Saved entries:

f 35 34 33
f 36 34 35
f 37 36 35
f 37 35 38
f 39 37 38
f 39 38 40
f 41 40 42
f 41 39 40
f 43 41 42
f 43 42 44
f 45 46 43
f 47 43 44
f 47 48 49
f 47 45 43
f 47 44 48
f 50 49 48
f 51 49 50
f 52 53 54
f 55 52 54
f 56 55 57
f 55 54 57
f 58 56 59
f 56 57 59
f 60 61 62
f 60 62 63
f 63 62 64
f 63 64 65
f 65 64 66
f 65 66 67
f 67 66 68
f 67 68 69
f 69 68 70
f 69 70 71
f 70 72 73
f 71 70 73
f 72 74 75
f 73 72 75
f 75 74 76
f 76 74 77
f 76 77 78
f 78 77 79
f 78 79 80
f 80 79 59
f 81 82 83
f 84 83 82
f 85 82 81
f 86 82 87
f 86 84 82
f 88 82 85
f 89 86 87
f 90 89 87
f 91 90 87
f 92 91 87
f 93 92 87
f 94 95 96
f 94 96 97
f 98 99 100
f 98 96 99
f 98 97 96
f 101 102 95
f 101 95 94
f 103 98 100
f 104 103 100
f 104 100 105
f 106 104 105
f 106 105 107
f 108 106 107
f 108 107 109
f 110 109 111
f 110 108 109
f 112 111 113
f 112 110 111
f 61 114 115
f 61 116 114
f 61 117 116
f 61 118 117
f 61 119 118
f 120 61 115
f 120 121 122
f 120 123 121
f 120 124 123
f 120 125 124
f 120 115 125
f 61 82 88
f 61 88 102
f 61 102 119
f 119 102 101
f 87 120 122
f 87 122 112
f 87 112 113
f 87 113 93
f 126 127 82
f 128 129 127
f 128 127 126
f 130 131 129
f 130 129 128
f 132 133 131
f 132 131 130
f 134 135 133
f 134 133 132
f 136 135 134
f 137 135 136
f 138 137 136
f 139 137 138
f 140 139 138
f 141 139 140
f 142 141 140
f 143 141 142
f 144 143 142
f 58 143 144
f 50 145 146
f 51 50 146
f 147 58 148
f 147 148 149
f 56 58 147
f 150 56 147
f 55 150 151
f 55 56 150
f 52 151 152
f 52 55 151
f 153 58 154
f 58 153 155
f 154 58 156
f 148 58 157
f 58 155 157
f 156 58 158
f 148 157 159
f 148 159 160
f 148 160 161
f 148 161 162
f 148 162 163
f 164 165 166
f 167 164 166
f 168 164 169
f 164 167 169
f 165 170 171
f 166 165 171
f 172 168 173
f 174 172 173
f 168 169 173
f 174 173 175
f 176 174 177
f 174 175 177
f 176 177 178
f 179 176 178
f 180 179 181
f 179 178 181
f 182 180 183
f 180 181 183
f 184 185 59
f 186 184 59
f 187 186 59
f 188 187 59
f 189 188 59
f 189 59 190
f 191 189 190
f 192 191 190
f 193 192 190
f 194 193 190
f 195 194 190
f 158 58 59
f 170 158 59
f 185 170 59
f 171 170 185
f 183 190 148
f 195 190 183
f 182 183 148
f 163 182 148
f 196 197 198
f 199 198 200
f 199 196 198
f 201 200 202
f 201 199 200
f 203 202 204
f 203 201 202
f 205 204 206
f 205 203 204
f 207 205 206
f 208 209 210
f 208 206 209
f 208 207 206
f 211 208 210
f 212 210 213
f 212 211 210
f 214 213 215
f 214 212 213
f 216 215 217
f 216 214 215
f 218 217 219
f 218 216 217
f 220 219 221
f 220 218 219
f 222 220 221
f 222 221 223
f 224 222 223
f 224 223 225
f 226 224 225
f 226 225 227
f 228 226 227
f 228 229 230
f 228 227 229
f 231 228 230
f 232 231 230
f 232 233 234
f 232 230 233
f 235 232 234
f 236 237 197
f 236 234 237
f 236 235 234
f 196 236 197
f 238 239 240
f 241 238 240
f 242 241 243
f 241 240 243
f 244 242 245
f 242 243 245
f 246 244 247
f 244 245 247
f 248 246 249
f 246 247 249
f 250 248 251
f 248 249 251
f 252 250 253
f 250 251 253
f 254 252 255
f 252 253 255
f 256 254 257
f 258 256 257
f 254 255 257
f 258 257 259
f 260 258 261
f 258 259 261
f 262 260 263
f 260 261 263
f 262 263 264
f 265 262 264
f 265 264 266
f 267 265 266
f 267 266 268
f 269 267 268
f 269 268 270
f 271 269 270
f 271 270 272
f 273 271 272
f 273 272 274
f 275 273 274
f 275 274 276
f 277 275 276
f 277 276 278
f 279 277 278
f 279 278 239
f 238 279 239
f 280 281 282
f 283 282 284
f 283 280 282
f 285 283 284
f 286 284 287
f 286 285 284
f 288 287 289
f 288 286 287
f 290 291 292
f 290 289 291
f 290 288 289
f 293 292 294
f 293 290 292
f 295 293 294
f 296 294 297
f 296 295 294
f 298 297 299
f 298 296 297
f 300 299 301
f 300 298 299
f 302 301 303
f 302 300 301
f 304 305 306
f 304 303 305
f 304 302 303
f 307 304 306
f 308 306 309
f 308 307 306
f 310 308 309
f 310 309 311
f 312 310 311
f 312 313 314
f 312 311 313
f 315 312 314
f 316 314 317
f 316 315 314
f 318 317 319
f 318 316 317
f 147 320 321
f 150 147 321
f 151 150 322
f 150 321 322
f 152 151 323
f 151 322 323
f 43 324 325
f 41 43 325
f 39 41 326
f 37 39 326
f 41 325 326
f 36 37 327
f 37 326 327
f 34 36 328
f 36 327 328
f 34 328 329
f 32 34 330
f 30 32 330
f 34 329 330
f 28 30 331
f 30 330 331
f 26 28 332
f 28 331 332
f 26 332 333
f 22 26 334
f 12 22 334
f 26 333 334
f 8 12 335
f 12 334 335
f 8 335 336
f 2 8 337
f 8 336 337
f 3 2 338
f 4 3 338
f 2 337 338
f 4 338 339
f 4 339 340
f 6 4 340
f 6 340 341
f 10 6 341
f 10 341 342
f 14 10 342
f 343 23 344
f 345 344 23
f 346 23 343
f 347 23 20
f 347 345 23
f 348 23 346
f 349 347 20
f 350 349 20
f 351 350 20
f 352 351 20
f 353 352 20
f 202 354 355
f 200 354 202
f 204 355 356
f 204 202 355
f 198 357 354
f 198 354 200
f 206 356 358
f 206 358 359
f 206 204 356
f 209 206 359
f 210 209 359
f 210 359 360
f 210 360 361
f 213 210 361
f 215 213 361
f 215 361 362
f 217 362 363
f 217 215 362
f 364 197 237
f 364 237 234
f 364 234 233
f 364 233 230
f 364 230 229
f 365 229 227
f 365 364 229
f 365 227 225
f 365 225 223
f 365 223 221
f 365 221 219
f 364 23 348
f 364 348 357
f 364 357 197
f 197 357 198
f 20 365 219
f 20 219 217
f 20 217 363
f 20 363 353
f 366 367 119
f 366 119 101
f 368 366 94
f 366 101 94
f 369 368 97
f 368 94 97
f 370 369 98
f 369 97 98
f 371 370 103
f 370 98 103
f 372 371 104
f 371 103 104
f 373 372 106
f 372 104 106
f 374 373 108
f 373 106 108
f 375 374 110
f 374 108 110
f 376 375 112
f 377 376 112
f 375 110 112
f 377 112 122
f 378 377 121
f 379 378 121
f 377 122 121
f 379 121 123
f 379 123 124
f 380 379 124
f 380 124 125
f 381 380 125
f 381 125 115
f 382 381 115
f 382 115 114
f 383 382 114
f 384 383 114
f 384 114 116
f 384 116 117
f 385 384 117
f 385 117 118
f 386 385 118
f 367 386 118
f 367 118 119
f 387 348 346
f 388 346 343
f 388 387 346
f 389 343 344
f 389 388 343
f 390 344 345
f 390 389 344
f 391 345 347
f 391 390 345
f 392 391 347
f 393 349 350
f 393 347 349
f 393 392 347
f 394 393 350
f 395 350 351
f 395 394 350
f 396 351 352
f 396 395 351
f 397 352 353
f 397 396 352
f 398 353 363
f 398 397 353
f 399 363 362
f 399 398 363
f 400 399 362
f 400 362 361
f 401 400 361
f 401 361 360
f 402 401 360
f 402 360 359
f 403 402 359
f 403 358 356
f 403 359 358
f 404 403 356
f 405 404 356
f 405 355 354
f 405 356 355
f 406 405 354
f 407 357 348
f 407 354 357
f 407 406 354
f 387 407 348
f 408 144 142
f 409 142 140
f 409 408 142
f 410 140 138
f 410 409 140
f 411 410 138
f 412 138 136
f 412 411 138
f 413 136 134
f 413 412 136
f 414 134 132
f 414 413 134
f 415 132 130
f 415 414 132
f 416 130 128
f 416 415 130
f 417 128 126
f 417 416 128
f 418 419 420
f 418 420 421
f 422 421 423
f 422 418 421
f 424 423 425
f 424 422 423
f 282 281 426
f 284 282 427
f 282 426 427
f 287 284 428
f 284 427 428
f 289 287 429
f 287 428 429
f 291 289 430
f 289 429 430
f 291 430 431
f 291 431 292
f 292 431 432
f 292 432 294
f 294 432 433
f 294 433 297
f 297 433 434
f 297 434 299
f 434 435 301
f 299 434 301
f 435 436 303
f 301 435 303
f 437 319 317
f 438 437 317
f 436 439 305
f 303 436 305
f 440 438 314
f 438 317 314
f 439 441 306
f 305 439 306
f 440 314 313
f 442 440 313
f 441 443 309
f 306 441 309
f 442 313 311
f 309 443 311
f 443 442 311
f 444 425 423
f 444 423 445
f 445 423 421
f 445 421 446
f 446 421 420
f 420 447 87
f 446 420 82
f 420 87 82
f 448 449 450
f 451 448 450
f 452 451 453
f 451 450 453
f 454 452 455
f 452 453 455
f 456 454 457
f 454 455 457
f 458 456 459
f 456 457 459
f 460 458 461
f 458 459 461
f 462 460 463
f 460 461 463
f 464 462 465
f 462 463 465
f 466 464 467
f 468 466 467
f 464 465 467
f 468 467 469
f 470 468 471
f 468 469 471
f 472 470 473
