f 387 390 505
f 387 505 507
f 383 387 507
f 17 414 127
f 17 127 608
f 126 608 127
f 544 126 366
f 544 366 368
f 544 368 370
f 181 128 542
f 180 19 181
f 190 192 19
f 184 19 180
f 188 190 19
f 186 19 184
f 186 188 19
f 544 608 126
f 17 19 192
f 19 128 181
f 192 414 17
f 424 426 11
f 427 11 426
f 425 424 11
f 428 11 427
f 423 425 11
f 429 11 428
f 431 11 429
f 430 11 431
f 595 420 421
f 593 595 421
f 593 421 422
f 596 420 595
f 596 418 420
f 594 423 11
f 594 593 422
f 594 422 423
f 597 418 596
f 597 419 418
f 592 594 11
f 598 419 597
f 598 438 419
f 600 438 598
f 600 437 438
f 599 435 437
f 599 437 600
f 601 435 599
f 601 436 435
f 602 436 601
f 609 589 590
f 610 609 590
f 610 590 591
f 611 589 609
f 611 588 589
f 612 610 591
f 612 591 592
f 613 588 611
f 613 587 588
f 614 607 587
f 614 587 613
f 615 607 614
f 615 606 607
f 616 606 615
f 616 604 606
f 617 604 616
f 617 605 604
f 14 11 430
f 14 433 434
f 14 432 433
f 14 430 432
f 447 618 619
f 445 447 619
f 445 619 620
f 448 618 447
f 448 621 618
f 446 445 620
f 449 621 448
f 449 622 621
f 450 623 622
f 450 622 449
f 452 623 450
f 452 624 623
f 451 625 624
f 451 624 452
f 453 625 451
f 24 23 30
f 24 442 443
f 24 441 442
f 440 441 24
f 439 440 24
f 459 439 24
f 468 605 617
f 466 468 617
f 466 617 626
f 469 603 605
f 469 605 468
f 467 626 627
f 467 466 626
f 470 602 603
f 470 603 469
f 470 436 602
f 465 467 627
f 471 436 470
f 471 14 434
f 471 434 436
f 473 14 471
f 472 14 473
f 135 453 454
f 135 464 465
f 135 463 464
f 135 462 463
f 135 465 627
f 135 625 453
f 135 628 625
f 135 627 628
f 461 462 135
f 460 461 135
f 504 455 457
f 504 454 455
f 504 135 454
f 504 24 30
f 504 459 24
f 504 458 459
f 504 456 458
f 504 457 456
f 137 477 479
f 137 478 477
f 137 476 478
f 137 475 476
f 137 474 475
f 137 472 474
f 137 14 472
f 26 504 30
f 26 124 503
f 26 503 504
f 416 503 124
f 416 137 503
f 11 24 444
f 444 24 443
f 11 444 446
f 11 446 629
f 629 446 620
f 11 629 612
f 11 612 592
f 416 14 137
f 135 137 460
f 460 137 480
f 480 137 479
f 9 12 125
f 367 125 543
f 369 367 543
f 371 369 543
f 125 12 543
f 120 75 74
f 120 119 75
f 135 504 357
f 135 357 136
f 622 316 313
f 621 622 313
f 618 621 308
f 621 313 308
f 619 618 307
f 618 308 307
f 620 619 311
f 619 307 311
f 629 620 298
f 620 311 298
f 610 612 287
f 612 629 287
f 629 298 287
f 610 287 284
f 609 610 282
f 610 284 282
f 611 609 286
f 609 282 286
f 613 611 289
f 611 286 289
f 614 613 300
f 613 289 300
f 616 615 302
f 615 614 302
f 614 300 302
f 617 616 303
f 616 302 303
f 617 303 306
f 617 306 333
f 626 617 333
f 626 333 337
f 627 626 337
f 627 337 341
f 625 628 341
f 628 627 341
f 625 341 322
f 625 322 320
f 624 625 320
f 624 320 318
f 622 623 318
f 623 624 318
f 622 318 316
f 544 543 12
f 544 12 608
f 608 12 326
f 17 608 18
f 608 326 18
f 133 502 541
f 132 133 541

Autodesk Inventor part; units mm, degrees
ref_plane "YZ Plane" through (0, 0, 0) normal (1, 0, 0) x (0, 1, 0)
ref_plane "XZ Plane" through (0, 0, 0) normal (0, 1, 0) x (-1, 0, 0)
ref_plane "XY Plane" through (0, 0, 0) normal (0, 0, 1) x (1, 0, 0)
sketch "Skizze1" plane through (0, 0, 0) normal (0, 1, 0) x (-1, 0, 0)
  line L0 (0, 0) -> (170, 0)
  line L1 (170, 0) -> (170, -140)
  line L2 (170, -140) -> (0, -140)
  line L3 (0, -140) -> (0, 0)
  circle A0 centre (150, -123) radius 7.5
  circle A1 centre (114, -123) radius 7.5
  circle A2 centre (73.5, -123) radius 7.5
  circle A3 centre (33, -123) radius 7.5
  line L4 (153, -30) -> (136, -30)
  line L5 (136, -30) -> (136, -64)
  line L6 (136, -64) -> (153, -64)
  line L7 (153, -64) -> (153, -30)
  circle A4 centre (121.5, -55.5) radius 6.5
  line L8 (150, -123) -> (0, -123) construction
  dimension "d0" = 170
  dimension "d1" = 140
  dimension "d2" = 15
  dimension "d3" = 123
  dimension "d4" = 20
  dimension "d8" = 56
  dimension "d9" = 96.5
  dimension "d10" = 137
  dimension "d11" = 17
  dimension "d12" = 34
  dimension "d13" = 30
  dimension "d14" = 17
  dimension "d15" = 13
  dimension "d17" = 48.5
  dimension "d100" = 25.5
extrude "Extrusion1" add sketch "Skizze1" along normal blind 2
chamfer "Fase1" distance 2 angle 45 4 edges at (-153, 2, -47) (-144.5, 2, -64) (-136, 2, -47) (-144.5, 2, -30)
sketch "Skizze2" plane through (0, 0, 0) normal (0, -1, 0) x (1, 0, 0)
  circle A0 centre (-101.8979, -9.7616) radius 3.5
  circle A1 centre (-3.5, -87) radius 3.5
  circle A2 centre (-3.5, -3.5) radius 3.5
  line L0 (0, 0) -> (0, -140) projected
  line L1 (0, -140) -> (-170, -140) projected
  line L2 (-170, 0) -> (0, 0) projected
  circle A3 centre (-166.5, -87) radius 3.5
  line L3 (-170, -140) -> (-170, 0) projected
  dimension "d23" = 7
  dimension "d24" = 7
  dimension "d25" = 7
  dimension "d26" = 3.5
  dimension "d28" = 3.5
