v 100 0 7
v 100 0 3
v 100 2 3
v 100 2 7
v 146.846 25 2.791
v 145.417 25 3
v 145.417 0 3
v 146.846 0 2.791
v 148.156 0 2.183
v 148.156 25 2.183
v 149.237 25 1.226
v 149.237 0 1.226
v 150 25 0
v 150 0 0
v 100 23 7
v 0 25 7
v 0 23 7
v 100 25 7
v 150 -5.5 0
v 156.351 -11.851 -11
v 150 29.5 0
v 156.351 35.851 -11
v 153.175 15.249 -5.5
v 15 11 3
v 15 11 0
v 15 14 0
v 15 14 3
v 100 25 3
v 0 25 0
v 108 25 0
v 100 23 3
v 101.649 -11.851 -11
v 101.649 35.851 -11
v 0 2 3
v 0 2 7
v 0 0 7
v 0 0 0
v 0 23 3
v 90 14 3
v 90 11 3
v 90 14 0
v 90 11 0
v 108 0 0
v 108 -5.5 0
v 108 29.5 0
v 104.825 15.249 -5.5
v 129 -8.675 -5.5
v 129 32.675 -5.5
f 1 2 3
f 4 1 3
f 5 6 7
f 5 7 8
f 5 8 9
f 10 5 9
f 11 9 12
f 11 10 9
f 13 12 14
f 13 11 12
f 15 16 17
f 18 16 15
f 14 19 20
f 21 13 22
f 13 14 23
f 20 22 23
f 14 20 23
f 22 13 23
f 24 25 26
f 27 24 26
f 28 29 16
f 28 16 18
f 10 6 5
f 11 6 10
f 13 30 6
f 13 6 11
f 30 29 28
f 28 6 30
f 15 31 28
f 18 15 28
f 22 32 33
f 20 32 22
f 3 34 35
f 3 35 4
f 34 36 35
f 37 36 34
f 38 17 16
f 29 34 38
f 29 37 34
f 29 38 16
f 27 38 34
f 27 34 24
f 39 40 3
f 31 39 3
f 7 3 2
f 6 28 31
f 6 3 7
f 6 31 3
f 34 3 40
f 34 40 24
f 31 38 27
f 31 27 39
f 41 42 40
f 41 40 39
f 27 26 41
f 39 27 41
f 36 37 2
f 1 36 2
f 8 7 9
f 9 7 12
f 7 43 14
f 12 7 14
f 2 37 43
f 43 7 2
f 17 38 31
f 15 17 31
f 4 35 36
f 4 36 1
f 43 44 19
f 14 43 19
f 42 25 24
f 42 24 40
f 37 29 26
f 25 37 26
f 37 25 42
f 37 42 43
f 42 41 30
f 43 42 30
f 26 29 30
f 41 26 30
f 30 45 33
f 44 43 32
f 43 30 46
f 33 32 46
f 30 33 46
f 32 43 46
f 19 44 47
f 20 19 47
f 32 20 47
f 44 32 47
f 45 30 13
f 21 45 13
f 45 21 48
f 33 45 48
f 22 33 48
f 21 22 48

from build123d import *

# Parameters (mm, degrees)
F0_W        = 150
F0_H        = 25
F1_DEPTH    = 3
F2_W        = 100
F2_H        = 2
F3_DEPTH    = 7
F4_W        = 42
F4_H        = 5.5
F4_H_2      = 29.5
F5_DEPTH    = 11
F5_TAPER    = -30
F6_W        = 75
F6_H        = 3
F7_DEPTH    = 7.001
F8_T1_DEPTH = 47.9128784748


# Not quite as in the source:
# - a fillet or chamfer that OpenCascade refuses, or shapes differently, is made with other operations: its cross-section is extruded or revolved along the edge and cut away or added


with BuildPart() as f1:
    # F0 (on Top) → F1 (new body)
    with BuildSketch(Plane.XY):
        with Locations((75, 12.5)):
            Rectangle(F0_W, F0_H)
    extrude(amount=F1_DEPTH)

    # F2 (on Top) → F3 (join)
    with BuildSketch(Plane.XY):
        with Locations((50, 24)):
            Rectangle(F2_W, F2_H)
        with Locations((50, 1)):
            Rectangle(F2_W, F2_H)
    extrude(amount=F3_DEPTH)

    # F4 (on Top) → F5 (join)
    with BuildSketch(Plane.XY):
        with Locations((129, -2.75)):
            Rectangle(F4_W, F4_H)
        with Locations((129, 14.75)):
            Rectangle(F4_W, F4_H_2)
    extrude(amount=-F5_DEPTH, taper=F5_TAPER)

    # F6 (on Top) → F7 (cut, through all)
    with BuildSketch(Plane.XY):
        with Locations((52.5, 12.5)):
            Rectangle(F6_W, F6_H)
    extrude(amount=F7_DEPTH, mode=Mode.SUBTRACT)

    # F8: fillet of radius 5 on 1 edges, made by hand

    # F8_s2 → F8_t1 (cut)
    with BuildSketch(Plane.XZ.offset(-36.4564392374)):
        with BuildLine():
            ThreePointArc((145.417424305, 3), (148.1560370926, 2.1833001327), (150, 0))
            Line((150, 0), (150.0916515139, 0.04))
            ThreePointArc((150.0916515139, 0.04), (150.1, 1.5), (150.1, 3))
            Line((150.1, 3), (150, 3.1))
            Line((150, 3.1), (145.417424305, 3.1))
            Line((145.417424305, 3.1), (145.417424305, 3))
        make_face()
    extrude(amount=F8_T1_DEPTH, mode=Mode.SUBTRACT)


solid = f1.part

§ **Assignment**:
What you should output is every line of the records above, from the first through the line containing "f 183 190 148", unchanged.

§ **Written answer**:
f 35 34 33
f 36 34 35
f 37 36 35
f 37 35 38
f 39 37 38
f 39 38 40
f 41 40 42
f 41 39 40
f 43 41 42
f 43 42 44
f 45 46 43
f 47 43 44
f 47 48 49
f 47 45 43
f 47 44 48
f 50 49 48
f 51 49 50
f 52 53 54
f 55 52 54
f 56 55 57
f 55 54 57
f 58 56 59
f 56 57 59
f 60 61 62
f 60 62 63
f 63 62 64
f 63 64 65
f 65 64 66
f 65 66 67
f 67 66 68
f 67 68 69
f 69 68 70
f 69 70 71
f 70 72 73
f 71 70 73
f 72 74 75
f 73 72 75
f 75 74 76
f 76 74 77
f 76 77 78
f 78 77 79
f 78 79 80
f 80 79 59
f 81 82 83
f 84 83 82
f 85 82 81
f 86 82 87
f 86 84 82
f 88 82 85
f 89 86 87
f 90 89 87
f 91 90 87
f 92 91 87
f 93 92 87
f 94 95 96
f 94 96 97
f 98 99 100
f 98 96 99
f 98 97 96
f 101 102 95
f 101 95 94
f 103 98 100
f 104 103 100
f 104 100 105
f 106 104 105
f 106 105 107
f 108 106 107
f 108 107 109
f 110 109 111
f 110 108 109
f 112 111 113
f 112 110 111
f 61 114 115
f 61 116 114
f 61 117 116
f 61 118 117
f 61 119 118
f 120 61 115
f 120 121 122
f 120 123 121
f 120 124 123
f 120 125 124
f 120 115 125
f 61 82 88
f 61 88 102
f 61 102 119
f 119 102 101
f 87 120 122
f 87 122 112
f 87 112 113
f 87 113 93
f 126 127 82
f 128 129 127
f 128 127 126
f 130 131 129
f 130 129 128
f 132 133 131
f 132 131 130
f 134 135 133
f 134 133 132
f 136 135 134
f 137 135 136
f 138 137 136
f 139 137 138
f 140 139 138
f 141 139 140
f 142 141 140
f 143 141 142
f 144 143 142
f 58 143 144
f 50 145 146
f 51 50 146
f 147 58 148
f 147 148 149
f 56 58 147
f 150 56 147
f 55 150 151
f 55 56 150
f 52 151 152
f 52 55 151
f 153 58 154
f 58 153 155
f 154 58 156
f 148 58 157
f 58 155 157
f 156 58 158
f 148 157 159
f 148 159 160
f 148 160 161
f 148 161 162
f 148 162 163
f 164 165 166
f 167 164 166
f 168 164 169
f 164 167 169
f 165 170 171
f 166 165 171
f 172 168 173
f 174 172 173
f 168 169 173
f 174 173 175
f 176 174 177
f 174 175 177
f 176 177 178
f 179 176 178
f 180 179 181
f 179 178 181
f 182 180 183
f 180 181 183
f 184 185 59
f 186 184 59
f 187 186 59
f 188 187 59
f 189 188 59
f 189 59 190
f 191 189 190
f 192 191 190
f 193 192 190
f 194 193 190
f 195 194 190
f 158 58 59
f 170 158 59
f 185 170 59
f 171 170 185
f 183 190 148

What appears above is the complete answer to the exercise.